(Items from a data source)
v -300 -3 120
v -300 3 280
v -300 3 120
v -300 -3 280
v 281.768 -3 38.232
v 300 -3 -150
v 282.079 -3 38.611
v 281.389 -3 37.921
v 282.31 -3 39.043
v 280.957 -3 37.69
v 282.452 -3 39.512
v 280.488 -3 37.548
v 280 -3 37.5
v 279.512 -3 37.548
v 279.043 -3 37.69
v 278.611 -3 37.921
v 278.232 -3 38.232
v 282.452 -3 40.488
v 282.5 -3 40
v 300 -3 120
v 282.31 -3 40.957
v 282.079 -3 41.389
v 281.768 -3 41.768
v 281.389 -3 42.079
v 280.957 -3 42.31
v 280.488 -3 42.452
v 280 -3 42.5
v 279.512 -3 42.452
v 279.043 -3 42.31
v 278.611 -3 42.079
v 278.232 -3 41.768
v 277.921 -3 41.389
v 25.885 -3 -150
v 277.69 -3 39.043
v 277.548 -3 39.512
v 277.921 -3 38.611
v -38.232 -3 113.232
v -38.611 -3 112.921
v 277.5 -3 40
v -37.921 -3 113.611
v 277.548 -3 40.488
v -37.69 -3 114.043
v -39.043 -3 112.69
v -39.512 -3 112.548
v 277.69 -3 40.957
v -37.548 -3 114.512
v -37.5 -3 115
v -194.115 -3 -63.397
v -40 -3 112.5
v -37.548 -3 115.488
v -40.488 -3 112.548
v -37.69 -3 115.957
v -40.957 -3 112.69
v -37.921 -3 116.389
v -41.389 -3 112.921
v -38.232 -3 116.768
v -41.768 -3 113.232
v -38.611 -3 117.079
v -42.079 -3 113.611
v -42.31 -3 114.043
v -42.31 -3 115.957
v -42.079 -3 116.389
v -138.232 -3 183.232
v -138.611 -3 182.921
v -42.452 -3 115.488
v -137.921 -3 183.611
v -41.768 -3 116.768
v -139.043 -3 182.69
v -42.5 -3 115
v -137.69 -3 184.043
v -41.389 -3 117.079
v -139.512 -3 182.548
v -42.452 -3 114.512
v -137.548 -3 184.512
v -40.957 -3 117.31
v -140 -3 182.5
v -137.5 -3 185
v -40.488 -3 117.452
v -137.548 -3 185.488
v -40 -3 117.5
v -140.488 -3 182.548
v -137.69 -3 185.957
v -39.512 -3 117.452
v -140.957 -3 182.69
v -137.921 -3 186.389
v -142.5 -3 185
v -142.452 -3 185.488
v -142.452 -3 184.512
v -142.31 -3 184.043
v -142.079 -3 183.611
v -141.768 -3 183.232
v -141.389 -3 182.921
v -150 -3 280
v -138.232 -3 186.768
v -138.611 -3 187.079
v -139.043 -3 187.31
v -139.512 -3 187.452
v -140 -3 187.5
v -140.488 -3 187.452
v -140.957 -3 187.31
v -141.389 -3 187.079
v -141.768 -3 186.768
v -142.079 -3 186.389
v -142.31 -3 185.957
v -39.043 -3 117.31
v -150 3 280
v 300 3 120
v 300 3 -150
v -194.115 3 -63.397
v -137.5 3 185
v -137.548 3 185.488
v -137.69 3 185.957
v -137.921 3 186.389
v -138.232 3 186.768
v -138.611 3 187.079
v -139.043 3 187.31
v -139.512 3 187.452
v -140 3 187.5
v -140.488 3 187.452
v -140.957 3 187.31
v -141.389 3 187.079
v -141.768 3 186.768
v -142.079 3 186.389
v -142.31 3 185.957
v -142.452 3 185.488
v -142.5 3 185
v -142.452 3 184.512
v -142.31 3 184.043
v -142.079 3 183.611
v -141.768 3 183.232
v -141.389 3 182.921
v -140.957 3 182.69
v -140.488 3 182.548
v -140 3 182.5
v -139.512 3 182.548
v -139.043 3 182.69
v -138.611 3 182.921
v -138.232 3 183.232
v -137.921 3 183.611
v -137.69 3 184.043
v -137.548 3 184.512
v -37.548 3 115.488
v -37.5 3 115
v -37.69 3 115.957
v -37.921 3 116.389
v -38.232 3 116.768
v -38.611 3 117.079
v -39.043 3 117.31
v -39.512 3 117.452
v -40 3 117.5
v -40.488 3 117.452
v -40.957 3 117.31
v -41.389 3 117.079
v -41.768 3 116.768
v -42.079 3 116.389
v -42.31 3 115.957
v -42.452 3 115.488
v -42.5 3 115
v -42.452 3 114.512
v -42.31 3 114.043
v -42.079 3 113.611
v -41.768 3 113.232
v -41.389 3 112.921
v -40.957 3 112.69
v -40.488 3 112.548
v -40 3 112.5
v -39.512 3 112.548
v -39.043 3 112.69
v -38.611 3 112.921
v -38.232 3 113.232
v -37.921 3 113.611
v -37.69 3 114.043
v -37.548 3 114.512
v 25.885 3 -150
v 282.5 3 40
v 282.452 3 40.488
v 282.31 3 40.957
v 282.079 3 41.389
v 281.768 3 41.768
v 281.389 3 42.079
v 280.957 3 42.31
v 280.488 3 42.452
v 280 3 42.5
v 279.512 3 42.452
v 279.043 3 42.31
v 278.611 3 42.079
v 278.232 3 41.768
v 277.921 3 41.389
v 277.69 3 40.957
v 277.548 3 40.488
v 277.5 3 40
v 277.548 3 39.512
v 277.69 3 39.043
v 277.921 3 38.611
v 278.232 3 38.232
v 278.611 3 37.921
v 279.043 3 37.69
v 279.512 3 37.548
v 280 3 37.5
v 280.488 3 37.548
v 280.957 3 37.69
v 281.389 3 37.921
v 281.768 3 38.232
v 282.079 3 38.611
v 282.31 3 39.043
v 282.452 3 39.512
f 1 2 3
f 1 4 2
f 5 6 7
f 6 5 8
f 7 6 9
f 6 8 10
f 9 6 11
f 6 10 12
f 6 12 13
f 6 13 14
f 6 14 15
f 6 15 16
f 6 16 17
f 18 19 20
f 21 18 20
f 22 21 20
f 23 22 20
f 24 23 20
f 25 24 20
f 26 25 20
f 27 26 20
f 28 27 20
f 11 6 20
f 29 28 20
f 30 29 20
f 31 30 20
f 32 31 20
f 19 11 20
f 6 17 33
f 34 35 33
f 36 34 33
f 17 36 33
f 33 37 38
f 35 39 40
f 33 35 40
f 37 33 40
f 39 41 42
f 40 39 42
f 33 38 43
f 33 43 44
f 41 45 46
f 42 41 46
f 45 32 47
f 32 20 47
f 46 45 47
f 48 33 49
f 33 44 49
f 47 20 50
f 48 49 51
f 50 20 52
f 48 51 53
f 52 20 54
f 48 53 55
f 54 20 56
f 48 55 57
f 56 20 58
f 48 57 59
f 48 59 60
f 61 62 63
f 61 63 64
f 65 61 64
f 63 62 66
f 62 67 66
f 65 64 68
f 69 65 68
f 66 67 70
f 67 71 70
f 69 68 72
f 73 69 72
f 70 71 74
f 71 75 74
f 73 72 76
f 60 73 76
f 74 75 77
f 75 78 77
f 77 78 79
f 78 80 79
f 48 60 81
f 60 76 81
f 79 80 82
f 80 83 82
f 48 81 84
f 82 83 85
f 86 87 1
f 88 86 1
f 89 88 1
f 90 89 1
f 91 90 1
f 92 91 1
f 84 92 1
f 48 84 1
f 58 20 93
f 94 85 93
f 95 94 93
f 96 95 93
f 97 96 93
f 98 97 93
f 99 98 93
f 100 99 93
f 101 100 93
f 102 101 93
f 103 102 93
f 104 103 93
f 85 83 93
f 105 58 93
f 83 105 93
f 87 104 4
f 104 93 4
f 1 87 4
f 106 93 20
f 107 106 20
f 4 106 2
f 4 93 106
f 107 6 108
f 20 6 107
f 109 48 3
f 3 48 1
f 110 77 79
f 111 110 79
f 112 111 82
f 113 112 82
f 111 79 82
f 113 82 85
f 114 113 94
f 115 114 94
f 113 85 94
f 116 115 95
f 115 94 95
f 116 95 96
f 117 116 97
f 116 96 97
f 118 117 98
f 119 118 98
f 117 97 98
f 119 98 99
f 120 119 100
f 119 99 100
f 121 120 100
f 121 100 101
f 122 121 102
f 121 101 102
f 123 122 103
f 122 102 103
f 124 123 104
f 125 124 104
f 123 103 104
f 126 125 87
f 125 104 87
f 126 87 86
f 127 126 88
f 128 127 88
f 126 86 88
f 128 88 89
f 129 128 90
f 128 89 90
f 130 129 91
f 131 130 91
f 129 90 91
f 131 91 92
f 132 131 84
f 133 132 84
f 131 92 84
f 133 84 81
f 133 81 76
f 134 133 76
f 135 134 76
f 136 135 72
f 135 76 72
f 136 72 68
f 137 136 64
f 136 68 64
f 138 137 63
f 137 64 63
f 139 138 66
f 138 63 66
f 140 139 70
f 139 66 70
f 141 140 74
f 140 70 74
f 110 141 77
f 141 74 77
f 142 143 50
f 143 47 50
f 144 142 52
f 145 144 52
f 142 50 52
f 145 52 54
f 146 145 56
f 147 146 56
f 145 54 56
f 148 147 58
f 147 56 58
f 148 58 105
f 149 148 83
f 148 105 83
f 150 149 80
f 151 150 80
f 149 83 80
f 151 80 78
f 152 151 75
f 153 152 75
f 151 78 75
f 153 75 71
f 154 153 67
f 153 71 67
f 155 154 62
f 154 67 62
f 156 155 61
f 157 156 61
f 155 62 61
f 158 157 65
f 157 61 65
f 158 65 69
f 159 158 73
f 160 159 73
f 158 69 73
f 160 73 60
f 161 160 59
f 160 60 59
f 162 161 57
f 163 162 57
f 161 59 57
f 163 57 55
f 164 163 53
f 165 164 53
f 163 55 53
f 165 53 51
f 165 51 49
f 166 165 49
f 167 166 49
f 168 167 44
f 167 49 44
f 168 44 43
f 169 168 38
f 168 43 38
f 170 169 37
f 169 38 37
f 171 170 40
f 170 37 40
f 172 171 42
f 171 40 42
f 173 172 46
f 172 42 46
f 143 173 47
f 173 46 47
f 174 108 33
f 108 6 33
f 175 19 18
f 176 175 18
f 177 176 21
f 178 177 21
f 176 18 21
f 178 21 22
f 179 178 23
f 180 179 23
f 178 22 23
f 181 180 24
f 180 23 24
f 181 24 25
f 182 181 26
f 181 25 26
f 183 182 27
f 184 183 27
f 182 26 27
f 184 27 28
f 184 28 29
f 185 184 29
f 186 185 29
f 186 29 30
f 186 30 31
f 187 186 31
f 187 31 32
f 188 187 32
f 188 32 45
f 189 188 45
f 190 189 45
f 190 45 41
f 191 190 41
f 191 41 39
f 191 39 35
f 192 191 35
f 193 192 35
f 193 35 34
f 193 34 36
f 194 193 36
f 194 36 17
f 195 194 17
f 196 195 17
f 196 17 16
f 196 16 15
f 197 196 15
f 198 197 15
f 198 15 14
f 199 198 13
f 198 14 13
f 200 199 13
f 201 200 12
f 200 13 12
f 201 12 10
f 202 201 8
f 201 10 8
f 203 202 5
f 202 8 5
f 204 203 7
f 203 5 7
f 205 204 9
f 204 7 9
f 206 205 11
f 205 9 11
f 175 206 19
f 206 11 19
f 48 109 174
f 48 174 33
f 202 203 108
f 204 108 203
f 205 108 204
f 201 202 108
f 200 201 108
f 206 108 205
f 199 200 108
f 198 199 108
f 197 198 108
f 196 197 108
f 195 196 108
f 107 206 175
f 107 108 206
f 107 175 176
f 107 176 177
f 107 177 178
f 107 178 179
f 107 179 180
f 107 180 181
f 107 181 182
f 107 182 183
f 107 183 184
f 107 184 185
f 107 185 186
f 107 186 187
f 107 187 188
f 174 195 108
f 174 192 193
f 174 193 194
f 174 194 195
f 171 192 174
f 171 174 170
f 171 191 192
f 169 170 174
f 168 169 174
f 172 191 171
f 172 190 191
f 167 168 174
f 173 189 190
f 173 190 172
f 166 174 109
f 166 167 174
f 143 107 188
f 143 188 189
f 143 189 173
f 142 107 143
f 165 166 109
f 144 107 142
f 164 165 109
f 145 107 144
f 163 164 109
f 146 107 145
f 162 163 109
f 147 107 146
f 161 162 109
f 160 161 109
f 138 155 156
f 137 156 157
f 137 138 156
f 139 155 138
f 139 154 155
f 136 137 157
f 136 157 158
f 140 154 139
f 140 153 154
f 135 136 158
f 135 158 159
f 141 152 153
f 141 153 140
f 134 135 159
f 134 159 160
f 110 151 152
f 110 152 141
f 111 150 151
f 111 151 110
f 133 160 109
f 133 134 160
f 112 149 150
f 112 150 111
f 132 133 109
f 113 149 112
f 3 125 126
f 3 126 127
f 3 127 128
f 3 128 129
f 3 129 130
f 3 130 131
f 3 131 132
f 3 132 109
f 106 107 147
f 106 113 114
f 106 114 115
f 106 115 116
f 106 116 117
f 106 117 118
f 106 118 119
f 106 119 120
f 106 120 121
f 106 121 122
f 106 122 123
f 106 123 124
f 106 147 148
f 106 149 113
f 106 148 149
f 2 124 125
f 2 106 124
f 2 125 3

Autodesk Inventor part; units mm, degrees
ref_plane "YZ Plane" through (0, 0, 0) normal (1, 0, 0) x (0, 1, 0)
ref_plane "XZ Plane" through (0, 0, 0) normal (0, 1, 0) x (-1, 0, 0)
ref_plane "XY Plane" through (0, 0, 0) normal (0, 0, 1) x (1, 0, 0)
sketch "スケッチ1" plane through (0, 0, 0) normal (0, 1, 0) x (-1, 0, 0)
  line L0 (-300, 280) -> (300, 280)
  line L1 (300, 280) -> (300, -280)
  line L2 (300, -280) -> (-300, -280)
  line L3 (-300, -280) -> (-300, 280)
  line L4 (-300, 280) -> (300, -280) construction
  line L5 (300, 280) -> (-300, -280) construction
  point P0 (0, 0)
  dimension "d0" = 600
  dimension "d1" = 560
extrude "押し出し1" add sketch "スケッチ1" along normal mid plane 6
sketch "スケッチ3" plane through (0, -3, 0) normal (0, -1, 0) x (1, 0, 0)
  circle A0 centre (-40, 115) radius 2.5
  line L0 (300, -280) -> (300, 280) projected
  line L1 (-300, -280) -> (300, -280) projected
  circle A1 centre (-140, 185) radius 2.5
  circle A2 centre (280, 40) radius 2.5
  point P0 (0, 0)
  dimension "d10" = 5
  dimension "d15" = 5
  dimension "d16" = 320
  dimension "d17" = 20
  dimension "d18" = 5
  dimension "d24" = 75
  dimension "d25" = 320
  dimension "d26" = 420
  dimension "d27" = 145
extrude "押し出し4" cut sketch "スケッチ3" against normal through all
sketch "スケッチ5" plane through (0, -3, 0) normal (0, -1, 0) x (1, 0, 0)
  line L0 (300, 250) -> (-300, 250)
  line L1 (-250, 280) -> (-250, -280) construction
  line L2 (-300, -250) -> (300, -250)
  line L3 (250, -280) -> (250, 280) construction
  line L4 (-300, 280) -> (300, 280)
  line L5 (-150, 280) -> (300, 120)
  line L6 (300, 280) -> (300, -280)
  line L7 (-300, -280) -> (-300, 280)
  line L8 (-300, 120) -> (-144.115427, -150)
  line L9 (-144.115427, -150) -> (300, -150)
  line L10 (300, -280) -> (300, 280)
  point P0 (0, 0)
  dimension "d32" = 100
  dimension "d33" = 130
  dimension "d34" = 400
  dimension "d35" = 60
  dimension "d46" = 270
sketch "スケッチ5 outline for 押し出し5" plane through (0, -3, 0) normal (0, -1, 0) x (1, 0, 0)
  line L0 (300, 120) -> (300, 280)
  line L1 (-150, 280) -> (300, 120)
  line L2 (300, 280) -> (-150, 280)
  line L3 (-300, 120) -> (-300, -280)
  line L4 (-144.115427, -150) -> (-300, 120)
  line L5 (300, -150) -> (-144.115427, -150)
  line L6 (300, -280) -> (300, -150)
  line L7 (-300, -280) -> (300, -280)
extrude "押し出し5" cut sketch "スケッチ5 outline for 押し出し5" against normal through all
chamfer "面取り2" distance 170 distance2 100 1 edges at (-144.1154, 0, -150) measured on face at (151.9615, -1, -150)
properties part number "endplate" material "CFRP"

[Assigned task] In the data above, which lines lie between the line with "v -137.5 -3 185" and the line with "v -150 3 280", inclusive? Print those lines exactly and nothing else.

[Output of the exercise]
v -137.5 -3 185
v -40.488 -3 117.452
v -137.548 -3 185.488
v -40 -3 117.5
v -140.488 -3 182.548
v -137.69 -3 185.957
v -39.512 -3 117.452
v -140.957 -3 182.69
v -137.921 -3 186.389
v -142.5 -3 185
v -142.452 -3 185.488
v -142.452 -3 184.512
v -142.31 -3 184.043
v -142.079 -3 183.611
v -141.768 -3 183.232
v -141.389 -3 182.921
v -150 -3 280
v -138.232 -3 186.768
v -138.611 -3 187.079
v -139.043 -3 187.31
v -139.512 -3 187.452
v -140 -3 187.5
v -140.488 -3 187.452
v -140.957 -3 187.31
v -141.389 -3 187.079
v -141.768 -3 186.768
v -142.079 -3 186.389
v -142.31 -3 185.957
v -39.043 -3 117.31
v -150 3 280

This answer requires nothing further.